**Task objective**
If a line in the entries contains the word "amount", list it.

**Dataset**

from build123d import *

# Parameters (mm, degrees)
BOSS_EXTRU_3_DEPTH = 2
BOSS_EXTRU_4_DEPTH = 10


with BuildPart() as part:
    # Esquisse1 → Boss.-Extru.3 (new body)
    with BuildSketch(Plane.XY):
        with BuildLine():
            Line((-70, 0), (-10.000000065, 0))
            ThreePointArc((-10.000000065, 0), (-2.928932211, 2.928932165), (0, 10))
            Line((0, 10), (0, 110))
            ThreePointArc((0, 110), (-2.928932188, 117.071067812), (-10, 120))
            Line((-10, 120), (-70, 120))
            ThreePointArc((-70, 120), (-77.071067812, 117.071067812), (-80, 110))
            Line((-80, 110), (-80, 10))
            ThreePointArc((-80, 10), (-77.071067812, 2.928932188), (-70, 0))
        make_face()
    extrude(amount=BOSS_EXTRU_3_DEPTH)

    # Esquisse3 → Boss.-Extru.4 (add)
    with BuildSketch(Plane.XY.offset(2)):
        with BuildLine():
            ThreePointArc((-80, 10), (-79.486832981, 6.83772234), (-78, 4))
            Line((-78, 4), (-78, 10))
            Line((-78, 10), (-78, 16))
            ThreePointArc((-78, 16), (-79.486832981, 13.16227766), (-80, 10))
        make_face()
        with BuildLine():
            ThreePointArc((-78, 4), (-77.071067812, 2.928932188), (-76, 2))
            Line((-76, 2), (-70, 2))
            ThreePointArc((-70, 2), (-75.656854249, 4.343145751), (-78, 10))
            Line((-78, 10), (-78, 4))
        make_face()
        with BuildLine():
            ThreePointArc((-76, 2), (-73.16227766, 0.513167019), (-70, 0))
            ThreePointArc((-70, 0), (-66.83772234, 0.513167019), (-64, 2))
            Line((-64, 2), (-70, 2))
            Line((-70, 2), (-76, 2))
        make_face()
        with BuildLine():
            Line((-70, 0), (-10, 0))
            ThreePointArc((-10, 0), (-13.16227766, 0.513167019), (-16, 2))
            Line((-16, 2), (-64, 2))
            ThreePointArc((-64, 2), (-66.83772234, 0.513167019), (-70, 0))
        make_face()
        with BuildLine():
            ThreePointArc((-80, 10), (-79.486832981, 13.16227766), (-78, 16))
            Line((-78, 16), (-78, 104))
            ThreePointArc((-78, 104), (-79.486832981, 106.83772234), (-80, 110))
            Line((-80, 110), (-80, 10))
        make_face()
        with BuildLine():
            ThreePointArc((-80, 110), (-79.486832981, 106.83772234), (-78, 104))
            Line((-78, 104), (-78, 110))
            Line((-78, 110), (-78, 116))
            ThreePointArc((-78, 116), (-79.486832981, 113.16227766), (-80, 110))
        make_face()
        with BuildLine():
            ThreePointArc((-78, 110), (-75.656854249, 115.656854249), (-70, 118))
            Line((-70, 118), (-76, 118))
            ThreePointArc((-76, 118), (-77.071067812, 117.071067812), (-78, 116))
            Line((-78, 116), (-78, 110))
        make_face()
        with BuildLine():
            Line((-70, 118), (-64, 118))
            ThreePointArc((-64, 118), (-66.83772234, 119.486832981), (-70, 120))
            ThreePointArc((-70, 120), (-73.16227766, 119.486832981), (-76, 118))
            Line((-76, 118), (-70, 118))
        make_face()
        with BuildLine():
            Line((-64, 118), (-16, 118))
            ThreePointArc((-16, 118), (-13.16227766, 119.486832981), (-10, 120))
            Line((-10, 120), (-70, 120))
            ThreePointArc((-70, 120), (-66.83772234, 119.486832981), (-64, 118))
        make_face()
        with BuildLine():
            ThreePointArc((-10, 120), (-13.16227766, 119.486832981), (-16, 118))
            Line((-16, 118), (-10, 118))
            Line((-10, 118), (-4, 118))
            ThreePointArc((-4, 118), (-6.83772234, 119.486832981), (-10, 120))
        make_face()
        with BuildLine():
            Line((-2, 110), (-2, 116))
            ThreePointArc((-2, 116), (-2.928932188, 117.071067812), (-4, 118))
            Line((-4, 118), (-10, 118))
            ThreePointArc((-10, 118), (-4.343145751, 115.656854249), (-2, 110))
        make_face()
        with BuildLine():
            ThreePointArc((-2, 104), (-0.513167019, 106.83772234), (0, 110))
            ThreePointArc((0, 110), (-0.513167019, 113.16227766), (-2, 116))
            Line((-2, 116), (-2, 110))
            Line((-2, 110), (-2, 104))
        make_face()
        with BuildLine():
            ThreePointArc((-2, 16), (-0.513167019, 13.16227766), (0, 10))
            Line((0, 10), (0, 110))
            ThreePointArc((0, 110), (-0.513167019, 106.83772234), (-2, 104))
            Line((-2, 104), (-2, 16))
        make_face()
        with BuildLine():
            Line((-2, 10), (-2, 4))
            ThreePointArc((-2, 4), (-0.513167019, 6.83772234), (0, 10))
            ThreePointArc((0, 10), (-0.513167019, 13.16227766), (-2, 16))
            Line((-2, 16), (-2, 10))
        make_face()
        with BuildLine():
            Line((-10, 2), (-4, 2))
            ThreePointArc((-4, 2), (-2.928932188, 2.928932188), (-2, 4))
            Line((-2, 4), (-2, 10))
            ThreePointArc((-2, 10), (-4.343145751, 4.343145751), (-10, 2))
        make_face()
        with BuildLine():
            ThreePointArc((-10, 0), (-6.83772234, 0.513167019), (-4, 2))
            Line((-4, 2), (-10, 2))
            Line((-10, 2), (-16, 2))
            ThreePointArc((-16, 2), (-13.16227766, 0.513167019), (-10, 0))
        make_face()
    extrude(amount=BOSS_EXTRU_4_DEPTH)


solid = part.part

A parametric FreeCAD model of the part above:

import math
import FreeCAD as App
import Part
import Sketcher
Q = App.Units.Quantity

doc = App.newDocument("Part")
body = doc.addObject("PartDesign::Body", "Body")

# Sketch on XY plane
sketch1 = doc.addObject("Sketcher::SketchObject", "Sketch")
body.addObject(sketch1)
sketch1.AttachmentSupport = (doc.XY_Plane, [""])
sketch1.MapMode = "FlatFace"
sketch1.addGeometry(Part.LineSegment(App.Vector(-70, 0, 0), App.Vector(-10, 0, 0)), False)
sketch1.addGeometry(Part.ArcOfCircle(Part.Circle(App.Vector(-10, 10, 0), App.Vector(0, 0, 1), 10), math.radians(-90), math.radians(0)), False)
sketch1.addGeometry(Part.LineSegment(App.Vector(0, 10, 0), App.Vector(0, 110, 0)), False)
sketch1.addGeometry(Part.ArcOfCircle(Part.Circle(App.Vector(-10, 110, 0), App.Vector(0, 0, 1), 10), math.radians(0), math.radians(90)), False)
sketch1.addGeometry(Part.LineSegment(App.Vector(-10, 120, 0), App.Vector(-70, 120, 0)), False)
sketch1.addGeometry(Part.ArcOfCircle(Part.Circle(App.Vector(-70, 110, 0), App.Vector(0, 0, 1), 10), math.radians(90), math.radians(180)), False)
sketch1.addGeometry(Part.LineSegment(App.Vector(-80, 110, 0), App.Vector(-80, 10, 0)), False)
sketch1.addGeometry(Part.ArcOfCircle(Part.Circle(App.Vector(-70, 10, 0), App.Vector(0, 0, 1), 10), math.radians(180), math.radians(270)), False)
sketch1.addConstraint(Sketcher.Constraint("Tangent", 0, 2, 1, 1))
sketch1.addConstraint(Sketcher.Constraint("Tangent", 1, 2, 2, 1))
sketch1.addConstraint(Sketcher.Constraint("Tangent", 2, 2, 3, 1))
sketch1.addConstraint(Sketcher.Constraint("Tangent", 3, 2, 4, 1))
sketch1.addConstraint(Sketcher.Constraint("Tangent", 4, 2, 5, 1))
sketch1.addConstraint(Sketcher.Constraint("Tangent", 5, 2, 6, 1))
sketch1.addConstraint(Sketcher.Constraint("Tangent", 6, 2, 7, 1))
sketch1.addConstraint(Sketcher.Constraint("Tangent", 7, 2, 0, 1))
sketch1.addConstraint(Sketcher.Constraint("Horizontal", 0))
sketch1.addConstraint(Sketcher.Constraint("Vertical", 2))
sketch1.addConstraint(Sketcher.Constraint("Horizontal", 4))
sketch1.addConstraint(Sketcher.Constraint("Vertical", 6))
sketch1.addConstraint(Sketcher.Constraint("Equal", 1, 3))
sketch1.addConstraint(Sketcher.Constraint("Equal", 3, 5))
sketch1.addConstraint(Sketcher.Constraint("Equal", 5, 7))
sketch1.addConstraint(Sketcher.Constraint("PointOnObject", 0, 2, -1))
sketch1.addConstraint(Sketcher.Constraint("PointOnObject", 1, 2, -2))
sketch1.addConstraint(Sketcher.Constraint("Radius", 1, Q("10 mm")))
sketch1.addConstraint(Sketcher.Constraint("DistanceX", 0, 1, 0, 2, Q("60 mm")))
sketch1.addConstraint(Sketcher.Constraint("DistanceY", 2, 1, 2, 2, Q("100 mm")))
pad1 = doc.addObject("PartDesign::Pad", "Pad")
body.addObject(pad1)
pad1.Profile = sketch1
pad1.Length = 2

# Sketch on XY plane
sketch2 = doc.addObject("Sketcher::SketchObject", "Sketch001")
body.addObject(sketch2)
sketch2.AttachmentSupport = (doc.XY_Plane, [""])
sketch2.MapMode = "FlatFace"
sketch2.AttachmentOffset = App.Placement(App.Vector(0, 0, 2), App.Rotation())
sketch2.addGeometry(Part.ArcOfCircle(Part.Circle(App.Vector(-70, 10, 0), App.Vector(0, 0, 1), 10), math.radians(180), math.radians(216.869898)), False)
sketch2.addGeometry(Part.ArcOfCircle(Part.Circle(App.Vector(-70, 10, 0), App.Vector(0, 0, 1), 10), math.radians(-143.130102), math.radians(-126.869898)), False)
sketch2.addGeometry(Part.ArcOfCircle(Part.Circle(App.Vector(-70, 10, 0), App.Vector(0, 0, 1), 10), math.radians(-126.869898), math.radians(-90)), False)
sketch2.addGeometry(Part.LineSegment(App.Vector(-70, 0, 0), App.Vector(-10, 0, 0)), False)
sketch2.addGeometry(Part.ArcOfCircle(Part.Circle(App.Vector(-10, 10, 0), App.Vector(0, 0, 1), 10), math.radians(-90), math.radians(-53.130102)), False)
sketch2.addGeometry(Part.ArcOfCircle(Part.Circle(App.Vector(-10, 10, 0), App.Vector(0, 0, 1), 10), math.radians(-53.130102), math.radians(-36.869898)), False)
sketch2.addGeometry(Part.ArcOfCircle(Part.Circle(App.Vector(-10, 10, 0), App.Vector(0, 0, 1), 10), math.radians(-36.869898), math.radians(0)), False)
sketch2.addGeometry(Part.LineSegment(App.Vector(0, 10, 0), App.Vector(0, 110, 0)), False)
sketch2.addGeometry(Part.ArcOfCircle(Part.Circle(App.Vector(-10, 110, 0), App.Vector(0, 0, 1), 10), math.radians(0), math.radians(36.869898)), False)
sketch2.addGeometry(Part.ArcOfCircle(Part.Circle(App.Vector(-10, 110, 0), App.Vector(0, 0, 1), 10), math.radians(36.869898), math.radians(53.130102)), False)
sketch2.addGeometry(Part.ArcOfCircle(Part.Circle(App.Vector(-10, 110, 0), App.Vector(0, 0, 1), 10), math.radians(53.130102), math.radians(90)), False)
sketch2.addGeometry(Part.LineSegment(App.Vector(-10, 120, 0), App.Vector(-70, 120, 0)), False)
sketch2.addGeometry(Part.ArcOfCircle(Part.Circle(App.Vector(-70, 110, 0), App.Vector(0, 0, 1), 10), math.radians(90), math.radians(126.869898)), False)
sketch2.addGeometry(Part.ArcOfCircle(Part.Circle(App.Vector(-70, 110, 0), App.Vector(0, 0, 1), 10), math.radians(126.869898), math.radians(143.130102)), False)
sketch2.addGeometry(Part.ArcOfCircle(Part.Circle(App.Vector(-70, 110, 0), App.Vector(0, 0, 1), 10), math.radians(143.130102), math.radians(180)), False)
sketch2.addGeometry(Part.LineSegment(App.Vector(-80, 110, 0), App.Vector(-80, 10, 0)), False)
sketch2.addGeometry(Part.ArcOfCircle(Part.Circle(App.Vector(-70, 10, 0), App.Vector(0, 0, 1), 8), math.radians(-180), math.radians(-90)), False)
sketch2.addGeometry(Part.LineSegment(App.Vector(-78, 10, 0), App.Vector(-78, 110, 0)), False)
sketch2.addGeometry(Part.ArcOfCircle(Part.Circle(App.Vector(-70, 110, 0), App.Vector(0, 0, 1), 8), math.radians(90), math.radians(180)), False)
sketch2.addGeometry(Part.LineSegment(App.Vector(-70, 118, 0), App.Vector(-10, 118, 0)), False)
sketch2.addGeometry(Part.ArcOfCircle(Part.Circle(App.Vector(-10, 110, 0), App.Vector(0, 0, 1), 8), math.radians(0), math.radians(90)), False)
sketch2.addGeometry(Part.LineSegment(App.Vector(-2, 110, 0), App.Vector(-2, 10, 0)), False)
sketch2.addGeometry(Part.ArcOfCircle(Part.Circle(App.Vector(-10, 10, 0), App.Vector(0, 0, 1), 8), math.radians(-90), math.radians(0)), False)
sketch2.addGeometry(Part.LineSegment(App.Vector(-10, 2, 0), App.Vector(-70, 2, 0)), False)
sketch2.addConstraint(Sketcher.Constraint("Tangent", 0, 2, 1, 1))
sketch2.addConstraint(Sketcher.Constraint("Tangent", 1, 2, 2, 1))
sketch2.addConstraint(Sketcher.Constraint("Tangent", 2, 2, 3, 1))
sketch2.addConstraint(Sketcher.Constraint("Tangent", 3, 2, 4, 1))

**Result of the exercise**
    extrude(amount=BOSS_EXTRU_3_DEPTH)
    extrude(amount=BOSS_EXTRU_4_DEPTH)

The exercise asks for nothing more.